Opinion
1 CA-IC 506.
April 13, 1971.
Workman filed petition for writ of certiorari to review lawfulness of an award of the Industrial Commission, Claim No. NK 14119. The Court of Appeals, Haire, J., held that Industrial Commission was not required to prospectively rule on speculative future disability which might result from workman's disease of both hip joints known as aseptic necrosis and which, if such condition should result, might or might not prove to have some causal relationship to workman's industrial injury.
Affirmed.
Davis Eppstein by Robert W. Eppstein, Tucson, for petitioner.
Bilby, Thompson, Shoenhair Warnock, by T. Scott Higgins, Tucson, for respondent employer and respondent carrier.
William C. Wahl, Jr., Counsel, Phoenix, for respondent, The Industrial Commission of Arizona.
On this review of an Industrial Commission award, the petitioner contends that the Commission should have considered medical testimony relating to a probable acceleration of possible future disability, and based thereon should have entered a permanent disability award.
The Industrial Commission claims file shows that the petitioner injured his left hip when he fell out of a truck on August 19, 1968. Before that time, and unknown to him, he had a progressive condition of both hip joints known as aseptic necrosis. Although his claim was initially denied as noncompensable, after formal hearing it was accepted by a Findings and Award for Temporary Disability. Aggravation of the preexisting condition of the left hip was found to have persisted for approximately six months.
The medical witnesses were of the opinion that the preexisting diseased condition of the left hip had been temporarily aggravated by the injury, but that by the time of the hearing the aggravation had ceased. The evidence indicated that at the time of the hearing the petitioner was working at his pre-injury occupation, although not for the same employer. There was no evidence presented to show that he was then suffering from any working disability.
Petitioner urges that the medical testimony shows that because of the effects of the injury, his future disability which will probably result from the natural progress of the aseptic necrosis will probably occur sooner in the left hip than it would have if the injury had not occurred. Based upon this predicate, petitioner contends that the Commission should have entered an award finding permanent disability as a result of the injury.
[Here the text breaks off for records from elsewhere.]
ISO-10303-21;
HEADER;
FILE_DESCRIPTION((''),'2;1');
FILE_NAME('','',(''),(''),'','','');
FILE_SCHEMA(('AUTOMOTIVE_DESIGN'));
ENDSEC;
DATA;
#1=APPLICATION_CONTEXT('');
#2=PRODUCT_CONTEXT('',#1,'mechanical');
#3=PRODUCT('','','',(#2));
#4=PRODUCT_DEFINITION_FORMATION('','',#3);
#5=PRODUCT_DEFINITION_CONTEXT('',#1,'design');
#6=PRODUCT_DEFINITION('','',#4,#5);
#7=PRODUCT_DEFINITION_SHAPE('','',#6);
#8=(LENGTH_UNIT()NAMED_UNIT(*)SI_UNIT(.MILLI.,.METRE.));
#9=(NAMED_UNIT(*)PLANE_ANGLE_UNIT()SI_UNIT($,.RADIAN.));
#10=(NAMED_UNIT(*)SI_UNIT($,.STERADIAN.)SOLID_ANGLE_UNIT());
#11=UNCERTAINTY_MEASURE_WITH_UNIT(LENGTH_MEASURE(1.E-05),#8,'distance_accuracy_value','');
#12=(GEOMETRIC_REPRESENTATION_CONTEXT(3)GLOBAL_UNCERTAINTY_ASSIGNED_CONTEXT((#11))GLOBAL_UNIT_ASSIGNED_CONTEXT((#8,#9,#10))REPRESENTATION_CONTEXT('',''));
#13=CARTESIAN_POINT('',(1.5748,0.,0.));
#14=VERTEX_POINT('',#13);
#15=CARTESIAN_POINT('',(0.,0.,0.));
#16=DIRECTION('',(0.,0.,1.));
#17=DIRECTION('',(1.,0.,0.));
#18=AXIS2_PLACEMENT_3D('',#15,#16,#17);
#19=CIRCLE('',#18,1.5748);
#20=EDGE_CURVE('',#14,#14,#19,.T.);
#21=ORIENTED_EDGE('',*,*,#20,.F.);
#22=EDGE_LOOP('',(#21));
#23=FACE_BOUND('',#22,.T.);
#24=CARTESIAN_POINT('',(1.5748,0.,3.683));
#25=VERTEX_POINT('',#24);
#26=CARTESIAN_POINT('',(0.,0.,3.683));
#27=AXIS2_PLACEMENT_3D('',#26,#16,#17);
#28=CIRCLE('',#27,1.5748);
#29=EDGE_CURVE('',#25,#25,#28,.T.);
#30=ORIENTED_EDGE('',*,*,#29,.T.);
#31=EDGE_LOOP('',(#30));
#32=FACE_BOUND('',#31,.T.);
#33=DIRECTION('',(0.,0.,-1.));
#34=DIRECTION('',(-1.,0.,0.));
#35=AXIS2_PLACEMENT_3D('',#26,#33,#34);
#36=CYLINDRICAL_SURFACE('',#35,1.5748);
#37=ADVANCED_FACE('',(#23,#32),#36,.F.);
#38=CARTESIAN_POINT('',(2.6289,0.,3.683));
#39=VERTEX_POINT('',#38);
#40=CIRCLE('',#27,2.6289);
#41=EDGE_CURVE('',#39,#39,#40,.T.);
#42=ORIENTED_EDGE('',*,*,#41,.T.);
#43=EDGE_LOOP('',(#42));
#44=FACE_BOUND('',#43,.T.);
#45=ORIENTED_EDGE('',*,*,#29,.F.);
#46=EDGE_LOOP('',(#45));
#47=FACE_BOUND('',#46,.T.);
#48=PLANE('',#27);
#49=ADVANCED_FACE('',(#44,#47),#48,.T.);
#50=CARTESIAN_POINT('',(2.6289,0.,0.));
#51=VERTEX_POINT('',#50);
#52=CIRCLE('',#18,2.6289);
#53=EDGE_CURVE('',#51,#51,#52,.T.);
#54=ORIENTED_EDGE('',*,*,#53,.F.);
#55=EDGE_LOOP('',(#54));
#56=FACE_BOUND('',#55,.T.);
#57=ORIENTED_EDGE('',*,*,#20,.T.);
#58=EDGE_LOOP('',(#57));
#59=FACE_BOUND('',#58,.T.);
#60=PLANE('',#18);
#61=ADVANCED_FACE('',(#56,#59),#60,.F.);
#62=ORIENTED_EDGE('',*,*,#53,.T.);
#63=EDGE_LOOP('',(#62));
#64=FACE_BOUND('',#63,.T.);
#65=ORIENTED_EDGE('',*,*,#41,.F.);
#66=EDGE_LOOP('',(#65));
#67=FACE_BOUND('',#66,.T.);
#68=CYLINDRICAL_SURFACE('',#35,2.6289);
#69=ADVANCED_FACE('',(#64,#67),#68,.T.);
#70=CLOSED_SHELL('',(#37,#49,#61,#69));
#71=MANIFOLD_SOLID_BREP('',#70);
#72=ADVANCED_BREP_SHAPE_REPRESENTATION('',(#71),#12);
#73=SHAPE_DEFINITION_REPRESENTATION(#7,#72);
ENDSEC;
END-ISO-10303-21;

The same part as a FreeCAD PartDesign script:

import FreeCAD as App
import Part
import Sketcher
Q = App.Units.Quantity

doc = App.newDocument("Part")
body = doc.addObject("PartDesign::Body", "Body")

# Sketch on XY plane
sketch1 = body.newObject("Sketcher::SketchObject", "Sketch")
sketch1.AttachmentSupport = (doc.getObject("XY_Plane"), [""])
sketch1.MapMode = "FlatFace"
sketch1.addGeometry(Part.Circle(App.Vector(0, 0, 0), App.Vector(0, 0, 1), 2.6289), False)
sketch1.addGeometry(Part.Circle(App.Vector(0, 0, 0), App.Vector(0, 0, 1), 1.5748), False)
sketch1.addConstraint(Sketcher.Constraint("Coincident", 0, 3, -1, 1))
sketch1.addConstraint(Sketcher.Constraint("Coincident", 1, 3, -1, 1))
sketch1.addConstraint(Sketcher.Constraint("Diameter", 0, Q("0.207 in")))
sketch1.addConstraint(Sketcher.Constraint("Diameter", 1, Q("0.124 in")))
pad1 = body.newObject("PartDesign::Pad", "Pad")
pad1.Profile = sketch1
pad1.Length = Q("0.145 in")

doc.recompute()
In our opinion the Commission's award was correct. The Commission was not required to prospectively rule on speculative future disability that may or may not actually result, and which, if it does result, may or may not prove to have some causal relationship to petitioner's industrial injury. Dr. Stanley S. Tanz, one of the orthopedic surgeons testifying at the hearing, emphasized the speculative nature of petitioner's condition. He testified:
"* * * we've already mentioned this type of disease [aseptic necrosis] can clear up with what is called creeping substitution, but it's extremely rare for it to clear up in the hips. * * *"
Such testimony, although establishing a medical probability of a further worsening of the condition to a permanently disabling point, contradicts the existence of a present permanent disability which must underlie an award for permanent disability.
For a case involving a remarkably similar fact situation, see Woppert v. Industrial Commission, 14 Ariz. App. 72, 480 P.2d 687 (1971). In that case, the petitioner contended that the residual disability of a prior left hip injury, when combined with the right hip injury then being considered by the court, required that the right hip injury be treated as unscheduled. The court quoted the medical advisory board's report as follows:
"`In relation to the left hip which was injured on 1-13-64, it is our opinion that he had a temporary aggravation of a preexisting aseptic necrosis as a result of this injury and has now recovered from this aggravation. His residual symptoms referable to his left hip are now related to the underlying basic disease of his left hip, namely, an aseptic necrosis which is not due to these traumas.'"
The court then stated:
"In relation to [the above-quoted paragraph] there was medical evidence that while the left leg may eventually and by natural progression reach a condition requiring a prosthesis, nevertheless with the termination of the temporary aggravation the condition was not disabling."
Here, likewise, there was no present disability. When and if the expected future disability occurs, if causally related to his industrial injury, petitioner will have his remedy in a petition to re-open.
The award is affirmed.
JACOBSON, P.J. and EUBANK, J., concur.